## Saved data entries

◆ ◆ ◆ ◆ ◆ ◆ ◆

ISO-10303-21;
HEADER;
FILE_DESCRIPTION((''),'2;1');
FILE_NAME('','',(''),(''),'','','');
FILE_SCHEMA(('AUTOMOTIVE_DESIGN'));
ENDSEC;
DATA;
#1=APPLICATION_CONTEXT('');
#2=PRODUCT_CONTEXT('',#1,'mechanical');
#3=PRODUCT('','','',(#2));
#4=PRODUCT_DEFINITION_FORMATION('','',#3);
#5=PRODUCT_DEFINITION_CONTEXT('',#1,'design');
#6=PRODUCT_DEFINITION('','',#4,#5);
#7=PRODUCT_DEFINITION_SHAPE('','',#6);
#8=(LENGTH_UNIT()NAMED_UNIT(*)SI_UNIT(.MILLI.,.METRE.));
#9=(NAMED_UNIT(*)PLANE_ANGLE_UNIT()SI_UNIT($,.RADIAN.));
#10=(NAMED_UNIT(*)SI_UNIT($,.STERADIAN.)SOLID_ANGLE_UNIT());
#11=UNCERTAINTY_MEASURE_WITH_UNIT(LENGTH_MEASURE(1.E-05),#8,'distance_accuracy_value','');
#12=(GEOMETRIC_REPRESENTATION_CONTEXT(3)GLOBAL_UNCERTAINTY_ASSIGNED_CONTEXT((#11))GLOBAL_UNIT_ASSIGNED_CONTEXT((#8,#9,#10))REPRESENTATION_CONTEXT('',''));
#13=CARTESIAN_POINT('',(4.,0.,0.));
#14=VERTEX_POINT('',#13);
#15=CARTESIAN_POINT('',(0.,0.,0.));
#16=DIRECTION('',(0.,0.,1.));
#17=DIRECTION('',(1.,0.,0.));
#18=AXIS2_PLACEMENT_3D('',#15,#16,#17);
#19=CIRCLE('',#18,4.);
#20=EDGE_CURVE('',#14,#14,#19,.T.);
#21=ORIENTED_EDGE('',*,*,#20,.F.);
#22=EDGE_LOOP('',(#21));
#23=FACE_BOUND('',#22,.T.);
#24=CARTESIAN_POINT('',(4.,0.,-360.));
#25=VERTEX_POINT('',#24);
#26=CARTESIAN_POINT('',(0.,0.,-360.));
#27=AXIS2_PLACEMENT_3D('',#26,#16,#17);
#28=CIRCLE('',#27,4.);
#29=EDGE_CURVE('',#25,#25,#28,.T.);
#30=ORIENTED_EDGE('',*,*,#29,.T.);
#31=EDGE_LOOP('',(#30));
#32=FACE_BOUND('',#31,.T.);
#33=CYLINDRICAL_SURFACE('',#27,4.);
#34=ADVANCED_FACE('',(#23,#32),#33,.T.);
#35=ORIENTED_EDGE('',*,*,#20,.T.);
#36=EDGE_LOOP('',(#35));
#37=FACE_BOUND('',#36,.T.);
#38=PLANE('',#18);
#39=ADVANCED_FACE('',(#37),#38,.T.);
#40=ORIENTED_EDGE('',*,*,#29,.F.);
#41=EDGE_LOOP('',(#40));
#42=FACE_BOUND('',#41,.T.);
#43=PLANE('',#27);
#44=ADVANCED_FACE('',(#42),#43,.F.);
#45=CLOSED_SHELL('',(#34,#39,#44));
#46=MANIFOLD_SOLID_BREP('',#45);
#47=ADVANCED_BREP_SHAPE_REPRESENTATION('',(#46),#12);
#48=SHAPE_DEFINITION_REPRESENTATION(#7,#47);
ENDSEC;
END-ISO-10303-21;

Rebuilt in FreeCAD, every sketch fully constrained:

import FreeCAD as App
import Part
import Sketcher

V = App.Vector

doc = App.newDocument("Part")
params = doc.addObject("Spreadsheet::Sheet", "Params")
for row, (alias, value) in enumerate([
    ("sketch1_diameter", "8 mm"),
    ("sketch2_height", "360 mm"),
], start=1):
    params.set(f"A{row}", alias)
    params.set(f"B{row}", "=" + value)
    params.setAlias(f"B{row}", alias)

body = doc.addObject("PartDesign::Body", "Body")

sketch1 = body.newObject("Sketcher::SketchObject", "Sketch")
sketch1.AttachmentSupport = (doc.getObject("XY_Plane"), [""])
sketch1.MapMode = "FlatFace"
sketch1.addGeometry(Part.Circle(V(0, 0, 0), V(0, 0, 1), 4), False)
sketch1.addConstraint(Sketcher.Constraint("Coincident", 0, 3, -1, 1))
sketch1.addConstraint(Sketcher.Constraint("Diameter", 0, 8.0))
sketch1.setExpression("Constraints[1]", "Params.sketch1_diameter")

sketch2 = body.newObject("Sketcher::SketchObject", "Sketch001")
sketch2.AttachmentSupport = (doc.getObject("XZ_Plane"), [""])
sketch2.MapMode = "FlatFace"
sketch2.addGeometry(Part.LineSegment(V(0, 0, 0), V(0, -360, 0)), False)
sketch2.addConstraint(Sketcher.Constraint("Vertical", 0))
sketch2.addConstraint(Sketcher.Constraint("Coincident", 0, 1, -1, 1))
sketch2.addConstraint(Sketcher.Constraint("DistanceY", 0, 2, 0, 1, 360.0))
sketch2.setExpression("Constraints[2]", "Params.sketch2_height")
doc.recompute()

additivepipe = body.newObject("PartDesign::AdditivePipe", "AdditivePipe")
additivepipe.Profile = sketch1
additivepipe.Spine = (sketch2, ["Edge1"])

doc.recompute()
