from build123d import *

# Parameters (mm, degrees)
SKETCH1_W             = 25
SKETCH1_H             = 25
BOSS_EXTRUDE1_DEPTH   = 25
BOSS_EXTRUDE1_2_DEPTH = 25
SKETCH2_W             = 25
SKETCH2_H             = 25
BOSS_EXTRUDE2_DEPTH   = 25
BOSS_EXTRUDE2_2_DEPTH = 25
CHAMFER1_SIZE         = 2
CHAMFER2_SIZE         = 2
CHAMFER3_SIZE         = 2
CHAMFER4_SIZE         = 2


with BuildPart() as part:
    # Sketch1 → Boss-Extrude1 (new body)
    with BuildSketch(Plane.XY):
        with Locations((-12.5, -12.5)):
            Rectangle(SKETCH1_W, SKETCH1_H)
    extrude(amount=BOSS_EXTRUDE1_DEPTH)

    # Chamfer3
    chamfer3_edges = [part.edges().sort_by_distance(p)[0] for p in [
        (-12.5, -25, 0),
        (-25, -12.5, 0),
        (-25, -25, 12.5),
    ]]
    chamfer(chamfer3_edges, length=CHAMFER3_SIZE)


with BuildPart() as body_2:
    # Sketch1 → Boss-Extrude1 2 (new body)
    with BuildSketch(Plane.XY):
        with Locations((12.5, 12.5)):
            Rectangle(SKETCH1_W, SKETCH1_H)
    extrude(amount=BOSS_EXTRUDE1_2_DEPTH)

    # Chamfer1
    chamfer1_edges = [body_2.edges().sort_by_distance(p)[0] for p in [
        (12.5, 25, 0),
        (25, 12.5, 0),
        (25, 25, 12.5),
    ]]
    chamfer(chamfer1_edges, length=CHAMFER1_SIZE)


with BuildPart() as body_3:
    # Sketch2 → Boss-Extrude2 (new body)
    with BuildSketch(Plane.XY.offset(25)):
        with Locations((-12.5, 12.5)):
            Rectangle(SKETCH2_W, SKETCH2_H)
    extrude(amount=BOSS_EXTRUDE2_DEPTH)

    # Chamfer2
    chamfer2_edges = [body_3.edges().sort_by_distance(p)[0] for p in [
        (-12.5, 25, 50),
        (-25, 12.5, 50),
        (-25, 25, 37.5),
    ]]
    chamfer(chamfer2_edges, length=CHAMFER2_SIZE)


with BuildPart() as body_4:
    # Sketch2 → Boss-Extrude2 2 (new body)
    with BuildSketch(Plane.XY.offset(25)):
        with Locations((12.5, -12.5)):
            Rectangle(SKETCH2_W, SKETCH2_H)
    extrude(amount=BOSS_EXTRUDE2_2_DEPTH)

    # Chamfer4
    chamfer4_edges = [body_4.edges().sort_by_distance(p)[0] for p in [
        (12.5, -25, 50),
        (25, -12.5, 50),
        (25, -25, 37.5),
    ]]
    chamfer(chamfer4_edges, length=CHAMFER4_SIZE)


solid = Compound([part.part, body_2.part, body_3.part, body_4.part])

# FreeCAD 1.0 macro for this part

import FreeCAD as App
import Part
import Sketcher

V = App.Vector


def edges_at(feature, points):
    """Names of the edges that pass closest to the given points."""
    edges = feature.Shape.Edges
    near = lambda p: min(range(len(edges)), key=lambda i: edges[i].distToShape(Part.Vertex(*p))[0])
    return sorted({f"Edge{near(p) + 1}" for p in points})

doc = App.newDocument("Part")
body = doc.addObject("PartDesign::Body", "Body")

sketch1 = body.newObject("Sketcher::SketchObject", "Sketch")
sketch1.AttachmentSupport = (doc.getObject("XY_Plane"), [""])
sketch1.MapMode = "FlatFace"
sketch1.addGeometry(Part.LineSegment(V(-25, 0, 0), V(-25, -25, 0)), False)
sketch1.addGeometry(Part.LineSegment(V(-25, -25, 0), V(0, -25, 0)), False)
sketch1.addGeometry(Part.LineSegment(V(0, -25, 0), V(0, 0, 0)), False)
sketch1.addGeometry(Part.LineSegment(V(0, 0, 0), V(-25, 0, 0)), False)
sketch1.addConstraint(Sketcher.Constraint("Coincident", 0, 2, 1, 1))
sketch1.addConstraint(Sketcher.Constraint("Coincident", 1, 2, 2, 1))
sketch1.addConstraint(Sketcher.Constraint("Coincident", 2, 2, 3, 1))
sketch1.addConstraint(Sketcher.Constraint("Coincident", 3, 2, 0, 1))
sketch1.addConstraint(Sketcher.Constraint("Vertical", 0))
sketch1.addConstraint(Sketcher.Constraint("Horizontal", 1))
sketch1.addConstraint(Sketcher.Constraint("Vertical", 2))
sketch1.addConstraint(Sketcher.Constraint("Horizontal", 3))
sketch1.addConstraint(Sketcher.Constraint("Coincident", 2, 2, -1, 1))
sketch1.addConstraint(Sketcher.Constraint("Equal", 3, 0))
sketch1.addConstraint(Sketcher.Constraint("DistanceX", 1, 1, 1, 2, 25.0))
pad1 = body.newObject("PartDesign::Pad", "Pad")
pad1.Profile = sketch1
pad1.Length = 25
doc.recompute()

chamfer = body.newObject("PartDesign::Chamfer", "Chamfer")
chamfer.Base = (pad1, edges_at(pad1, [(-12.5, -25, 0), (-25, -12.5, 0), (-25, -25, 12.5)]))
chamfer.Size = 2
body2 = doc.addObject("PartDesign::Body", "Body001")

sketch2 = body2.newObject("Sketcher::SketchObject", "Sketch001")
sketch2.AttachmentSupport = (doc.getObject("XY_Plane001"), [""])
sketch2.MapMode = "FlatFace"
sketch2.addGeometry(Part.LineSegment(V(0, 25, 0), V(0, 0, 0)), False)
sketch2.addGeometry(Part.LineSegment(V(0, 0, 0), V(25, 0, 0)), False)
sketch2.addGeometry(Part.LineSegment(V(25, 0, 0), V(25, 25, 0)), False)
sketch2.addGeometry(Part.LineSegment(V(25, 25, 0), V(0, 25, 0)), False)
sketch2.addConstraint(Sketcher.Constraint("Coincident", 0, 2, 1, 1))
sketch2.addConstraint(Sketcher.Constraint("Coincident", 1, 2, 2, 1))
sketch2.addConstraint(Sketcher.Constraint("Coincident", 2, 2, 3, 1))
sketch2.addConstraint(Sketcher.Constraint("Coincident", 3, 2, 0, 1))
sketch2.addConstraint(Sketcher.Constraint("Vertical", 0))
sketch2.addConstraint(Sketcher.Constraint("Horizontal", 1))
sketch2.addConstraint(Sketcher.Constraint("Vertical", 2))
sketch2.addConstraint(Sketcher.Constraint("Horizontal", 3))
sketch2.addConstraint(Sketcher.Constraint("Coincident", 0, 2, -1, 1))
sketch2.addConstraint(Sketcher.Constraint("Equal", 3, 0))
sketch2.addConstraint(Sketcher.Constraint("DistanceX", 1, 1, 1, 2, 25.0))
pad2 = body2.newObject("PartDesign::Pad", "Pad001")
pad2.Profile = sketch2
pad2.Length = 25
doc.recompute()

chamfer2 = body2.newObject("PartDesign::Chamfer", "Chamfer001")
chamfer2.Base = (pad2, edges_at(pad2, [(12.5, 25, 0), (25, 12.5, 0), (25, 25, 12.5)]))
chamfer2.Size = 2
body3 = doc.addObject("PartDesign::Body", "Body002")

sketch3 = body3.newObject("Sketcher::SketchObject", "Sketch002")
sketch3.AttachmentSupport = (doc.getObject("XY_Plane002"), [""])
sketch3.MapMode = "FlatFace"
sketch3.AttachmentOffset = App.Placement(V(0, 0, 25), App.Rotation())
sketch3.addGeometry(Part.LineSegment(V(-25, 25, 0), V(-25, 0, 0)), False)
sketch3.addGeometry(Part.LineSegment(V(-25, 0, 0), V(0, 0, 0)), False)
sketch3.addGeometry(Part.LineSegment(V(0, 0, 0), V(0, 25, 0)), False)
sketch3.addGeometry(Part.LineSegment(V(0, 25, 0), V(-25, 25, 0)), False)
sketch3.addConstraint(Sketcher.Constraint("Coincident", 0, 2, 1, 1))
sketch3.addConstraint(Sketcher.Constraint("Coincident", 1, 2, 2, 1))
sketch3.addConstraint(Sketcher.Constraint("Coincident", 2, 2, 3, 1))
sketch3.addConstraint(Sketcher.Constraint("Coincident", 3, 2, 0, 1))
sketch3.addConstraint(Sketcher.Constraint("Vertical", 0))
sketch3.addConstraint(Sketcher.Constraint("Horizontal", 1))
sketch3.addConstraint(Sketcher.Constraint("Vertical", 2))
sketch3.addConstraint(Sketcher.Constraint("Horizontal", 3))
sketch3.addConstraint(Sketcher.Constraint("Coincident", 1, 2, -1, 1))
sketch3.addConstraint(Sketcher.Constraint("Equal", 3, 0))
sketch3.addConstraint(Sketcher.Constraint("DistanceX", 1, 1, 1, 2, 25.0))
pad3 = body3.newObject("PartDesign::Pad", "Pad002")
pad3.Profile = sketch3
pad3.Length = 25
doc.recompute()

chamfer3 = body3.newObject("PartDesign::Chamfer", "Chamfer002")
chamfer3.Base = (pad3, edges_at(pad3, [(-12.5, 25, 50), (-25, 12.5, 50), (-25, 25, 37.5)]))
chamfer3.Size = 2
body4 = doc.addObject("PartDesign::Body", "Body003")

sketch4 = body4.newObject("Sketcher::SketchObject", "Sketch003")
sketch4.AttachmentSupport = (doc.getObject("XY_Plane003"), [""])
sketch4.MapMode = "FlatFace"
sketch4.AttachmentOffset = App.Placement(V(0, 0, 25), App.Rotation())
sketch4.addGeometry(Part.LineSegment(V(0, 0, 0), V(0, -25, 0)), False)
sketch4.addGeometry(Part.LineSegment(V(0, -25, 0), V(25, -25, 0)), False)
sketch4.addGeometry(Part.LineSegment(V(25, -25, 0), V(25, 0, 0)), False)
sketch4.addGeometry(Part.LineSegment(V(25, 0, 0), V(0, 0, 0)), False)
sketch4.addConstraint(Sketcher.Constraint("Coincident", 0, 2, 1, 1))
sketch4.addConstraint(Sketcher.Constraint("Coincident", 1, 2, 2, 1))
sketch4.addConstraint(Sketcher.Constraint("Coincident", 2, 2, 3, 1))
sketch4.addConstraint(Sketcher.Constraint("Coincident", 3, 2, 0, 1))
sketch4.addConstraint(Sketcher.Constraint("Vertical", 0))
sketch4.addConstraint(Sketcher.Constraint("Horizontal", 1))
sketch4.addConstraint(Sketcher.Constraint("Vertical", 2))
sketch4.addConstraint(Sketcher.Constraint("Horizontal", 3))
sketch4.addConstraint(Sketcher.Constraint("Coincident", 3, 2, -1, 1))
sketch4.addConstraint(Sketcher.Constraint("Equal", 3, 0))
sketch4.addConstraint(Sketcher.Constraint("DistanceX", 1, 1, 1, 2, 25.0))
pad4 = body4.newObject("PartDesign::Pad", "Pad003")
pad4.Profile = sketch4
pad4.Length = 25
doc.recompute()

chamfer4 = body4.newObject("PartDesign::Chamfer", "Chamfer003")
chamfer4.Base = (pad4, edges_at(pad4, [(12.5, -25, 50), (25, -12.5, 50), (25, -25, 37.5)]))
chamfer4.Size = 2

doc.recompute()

◆ ◆ ◆ ◆ ◆ ◆ ◆

## DIRECTIONS
All that belongs in the answer is the run of lines above from the line containing "#46=MANIFOLD_SOLID_BREP('',#45);" through the line containing "Rebuilt in FreeCAD, every", exactly as written.

## ANSWER
#46=MANIFOLD_SOLID_BREP('',#45);
#47=ADVANCED_BREP_SHAPE_REPRESENTATION('',(#46),#12);
#48=SHAPE_DEFINITION_REPRESENTATION(#7,#47);
ENDSEC;
END-ISO-10303-21;

Rebuilt in FreeCAD, every sketch fully constrained:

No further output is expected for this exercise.